Easy, Fast, Powerful: This is Your Rails on Ninefold (Review) - millioncents
http://blog.palominolabs.com/2014/05/05/ninefold/

======
jph
Ninefold rocks. Just today, I used the Ninefold chat to ask a question about
my account, and the chat rep got my main rep within a minute, then he solved
the question within a few more minutes. Superior service-- thanks Ryan!

------
habosa
Correct me if I'm wrong, but it looks like they have no free tier. This is a
big mistake, and it's one reason they probably can't catch Heroku.

I generally start out my Rails apps on Heroku free, because why not? It's dead
simple to deploy and it lets me test how my app will perform in the "real
world". Until I get any real traffic, I just point my domain at herokuapp.com
and let them deal with the bill. Heroku knows this, and encourages it.

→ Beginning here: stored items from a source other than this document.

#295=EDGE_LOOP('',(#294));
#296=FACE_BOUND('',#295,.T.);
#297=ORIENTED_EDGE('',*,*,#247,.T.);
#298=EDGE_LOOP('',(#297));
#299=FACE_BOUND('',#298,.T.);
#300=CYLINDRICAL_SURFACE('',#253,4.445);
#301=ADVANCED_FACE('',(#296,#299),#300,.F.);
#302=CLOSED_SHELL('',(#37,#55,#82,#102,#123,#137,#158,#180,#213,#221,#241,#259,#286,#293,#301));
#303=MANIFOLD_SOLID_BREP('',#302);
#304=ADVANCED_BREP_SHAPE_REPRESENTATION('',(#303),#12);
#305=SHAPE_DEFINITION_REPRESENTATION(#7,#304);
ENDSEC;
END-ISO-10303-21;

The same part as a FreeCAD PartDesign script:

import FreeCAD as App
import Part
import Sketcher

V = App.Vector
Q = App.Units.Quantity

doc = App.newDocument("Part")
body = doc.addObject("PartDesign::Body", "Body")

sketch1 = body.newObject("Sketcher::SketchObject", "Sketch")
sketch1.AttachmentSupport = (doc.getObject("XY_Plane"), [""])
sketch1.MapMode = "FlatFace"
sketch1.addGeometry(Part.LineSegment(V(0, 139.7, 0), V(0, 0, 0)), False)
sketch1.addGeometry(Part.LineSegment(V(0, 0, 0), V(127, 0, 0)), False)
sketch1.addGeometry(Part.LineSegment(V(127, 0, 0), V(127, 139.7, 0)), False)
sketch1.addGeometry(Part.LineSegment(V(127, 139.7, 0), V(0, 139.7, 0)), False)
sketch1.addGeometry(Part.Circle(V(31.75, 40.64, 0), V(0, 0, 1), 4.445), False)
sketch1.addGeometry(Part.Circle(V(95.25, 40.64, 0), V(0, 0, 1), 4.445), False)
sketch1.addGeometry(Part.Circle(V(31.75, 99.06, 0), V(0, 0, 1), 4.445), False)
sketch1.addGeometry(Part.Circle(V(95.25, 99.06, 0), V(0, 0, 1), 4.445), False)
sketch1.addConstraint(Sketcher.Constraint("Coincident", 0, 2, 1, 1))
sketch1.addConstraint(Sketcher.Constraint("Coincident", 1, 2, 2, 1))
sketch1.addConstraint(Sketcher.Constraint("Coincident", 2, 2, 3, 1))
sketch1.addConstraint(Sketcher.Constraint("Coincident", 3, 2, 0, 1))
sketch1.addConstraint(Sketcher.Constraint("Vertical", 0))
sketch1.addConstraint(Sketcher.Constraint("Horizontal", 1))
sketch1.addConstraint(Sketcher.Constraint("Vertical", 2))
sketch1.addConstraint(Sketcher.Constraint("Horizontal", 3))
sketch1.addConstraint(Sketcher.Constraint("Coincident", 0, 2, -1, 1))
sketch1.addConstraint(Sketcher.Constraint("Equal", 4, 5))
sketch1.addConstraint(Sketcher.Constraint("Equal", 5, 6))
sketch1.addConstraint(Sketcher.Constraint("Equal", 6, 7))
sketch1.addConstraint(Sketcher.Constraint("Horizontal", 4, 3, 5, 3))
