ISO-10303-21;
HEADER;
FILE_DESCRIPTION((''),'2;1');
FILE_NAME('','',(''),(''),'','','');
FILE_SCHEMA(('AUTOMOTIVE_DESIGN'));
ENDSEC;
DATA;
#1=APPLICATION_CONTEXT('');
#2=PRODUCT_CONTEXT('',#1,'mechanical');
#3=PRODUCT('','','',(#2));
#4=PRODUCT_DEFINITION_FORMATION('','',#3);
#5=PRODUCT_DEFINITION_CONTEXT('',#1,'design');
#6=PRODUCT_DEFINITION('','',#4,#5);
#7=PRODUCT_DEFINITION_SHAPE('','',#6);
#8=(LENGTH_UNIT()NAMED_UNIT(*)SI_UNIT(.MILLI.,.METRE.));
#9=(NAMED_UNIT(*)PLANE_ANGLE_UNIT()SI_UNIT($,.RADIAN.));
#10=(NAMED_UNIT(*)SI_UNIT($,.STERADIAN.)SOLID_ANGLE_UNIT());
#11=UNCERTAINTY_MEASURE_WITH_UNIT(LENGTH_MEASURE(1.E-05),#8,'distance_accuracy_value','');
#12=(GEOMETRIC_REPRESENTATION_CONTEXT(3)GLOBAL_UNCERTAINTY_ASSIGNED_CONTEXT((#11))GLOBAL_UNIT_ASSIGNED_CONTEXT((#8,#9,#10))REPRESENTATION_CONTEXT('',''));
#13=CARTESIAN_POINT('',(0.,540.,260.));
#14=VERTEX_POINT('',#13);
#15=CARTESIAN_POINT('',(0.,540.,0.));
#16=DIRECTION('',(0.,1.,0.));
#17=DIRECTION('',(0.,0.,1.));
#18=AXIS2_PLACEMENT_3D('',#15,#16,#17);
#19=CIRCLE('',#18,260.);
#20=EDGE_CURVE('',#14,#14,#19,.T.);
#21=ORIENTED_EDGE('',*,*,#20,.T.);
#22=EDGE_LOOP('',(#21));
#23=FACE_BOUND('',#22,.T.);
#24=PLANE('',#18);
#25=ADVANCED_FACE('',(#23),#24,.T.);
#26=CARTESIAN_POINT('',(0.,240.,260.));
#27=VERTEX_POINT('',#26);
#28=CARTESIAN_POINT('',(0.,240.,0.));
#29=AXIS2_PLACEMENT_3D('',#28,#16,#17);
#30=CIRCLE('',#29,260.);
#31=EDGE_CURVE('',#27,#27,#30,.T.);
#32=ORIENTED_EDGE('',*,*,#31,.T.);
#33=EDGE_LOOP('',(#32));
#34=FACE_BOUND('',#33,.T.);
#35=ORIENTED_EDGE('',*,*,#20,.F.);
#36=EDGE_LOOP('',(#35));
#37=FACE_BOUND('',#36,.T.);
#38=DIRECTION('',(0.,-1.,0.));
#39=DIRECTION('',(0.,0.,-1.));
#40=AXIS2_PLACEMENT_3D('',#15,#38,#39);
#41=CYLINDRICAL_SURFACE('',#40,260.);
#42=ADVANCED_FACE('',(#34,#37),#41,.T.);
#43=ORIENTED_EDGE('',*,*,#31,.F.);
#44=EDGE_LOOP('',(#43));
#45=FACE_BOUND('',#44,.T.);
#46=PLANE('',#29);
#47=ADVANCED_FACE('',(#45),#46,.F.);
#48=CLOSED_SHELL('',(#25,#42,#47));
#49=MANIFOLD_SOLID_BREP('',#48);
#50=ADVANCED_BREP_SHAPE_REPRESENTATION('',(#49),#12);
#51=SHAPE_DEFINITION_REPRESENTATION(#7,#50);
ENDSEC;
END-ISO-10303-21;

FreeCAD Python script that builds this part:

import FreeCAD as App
import Part
import Sketcher
from FreeCAD import Vector

doc = App.newDocument("Part")
body = doc.addObject("PartDesign::Body", "Body")

sketch1 = body.newObject("Sketcher::SketchObject", "Sketch")
sketch1.AttachmentSupport = (doc.getObject("XZ_Plane"), [""])
sketch1.MapMode = "FlatFace"
sketch1.AttachmentOffset = App.Placement(Vector(0, 0, -240), App.Rotation())
sketch1.addGeometry(Part.Circle(Vector(0, 0, 0), Vector(0, 0, 1), 260), False)
sketch1.addConstraint(Sketcher.Constraint("Coincident", 0, 3, -1, 1))
sketch1.addConstraint(Sketcher.Constraint("Diameter", 0, 520.0))
pad1 = body.newObject("PartDesign::Pad", "Pad")
pad1.Profile = sketch1
pad1.Length = 300
pad1.Reversed = True

doc.recompute()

Here's how they get you though: what do you do when HN picks up your side
project? All of a sudden your request load goes up by 10x, 100x, or even
1000x. Do you take the time to move it to AWS to save the money, or do you
just say "oh fuck need moar server!" and turn up the Heroku web servers dial
to 5. Suddenly you're a Heroku customer, all because they had the easiest
place to host your MVP.

------
hiharryhere
I've met a lot of the Ninefold crew through the Sydney rails community. Great
group who contribute a lot to the local ruby scene, glad to see them doing
well.

------
stephenhuey
I met some of their folks at RailsConf a couple weeks ago. Ninefold is from
Australia and the company is new to America, as they put it. As much as I like
Heroku, I'm pretty excited by the potential of Ninefold and am planning on
playing with it some because I'm hopeful that it'll become my go-to platform
for Rails apps.

------
VeejayRampay
It's one of the companies I was investigating for hosting. Them, EngineYard
and DotCloud/Docker. Probably gonna go with EngineYard since it's older and
more established but it's nice to see good products emerging and creating
disruption and competition. Best of luck to them.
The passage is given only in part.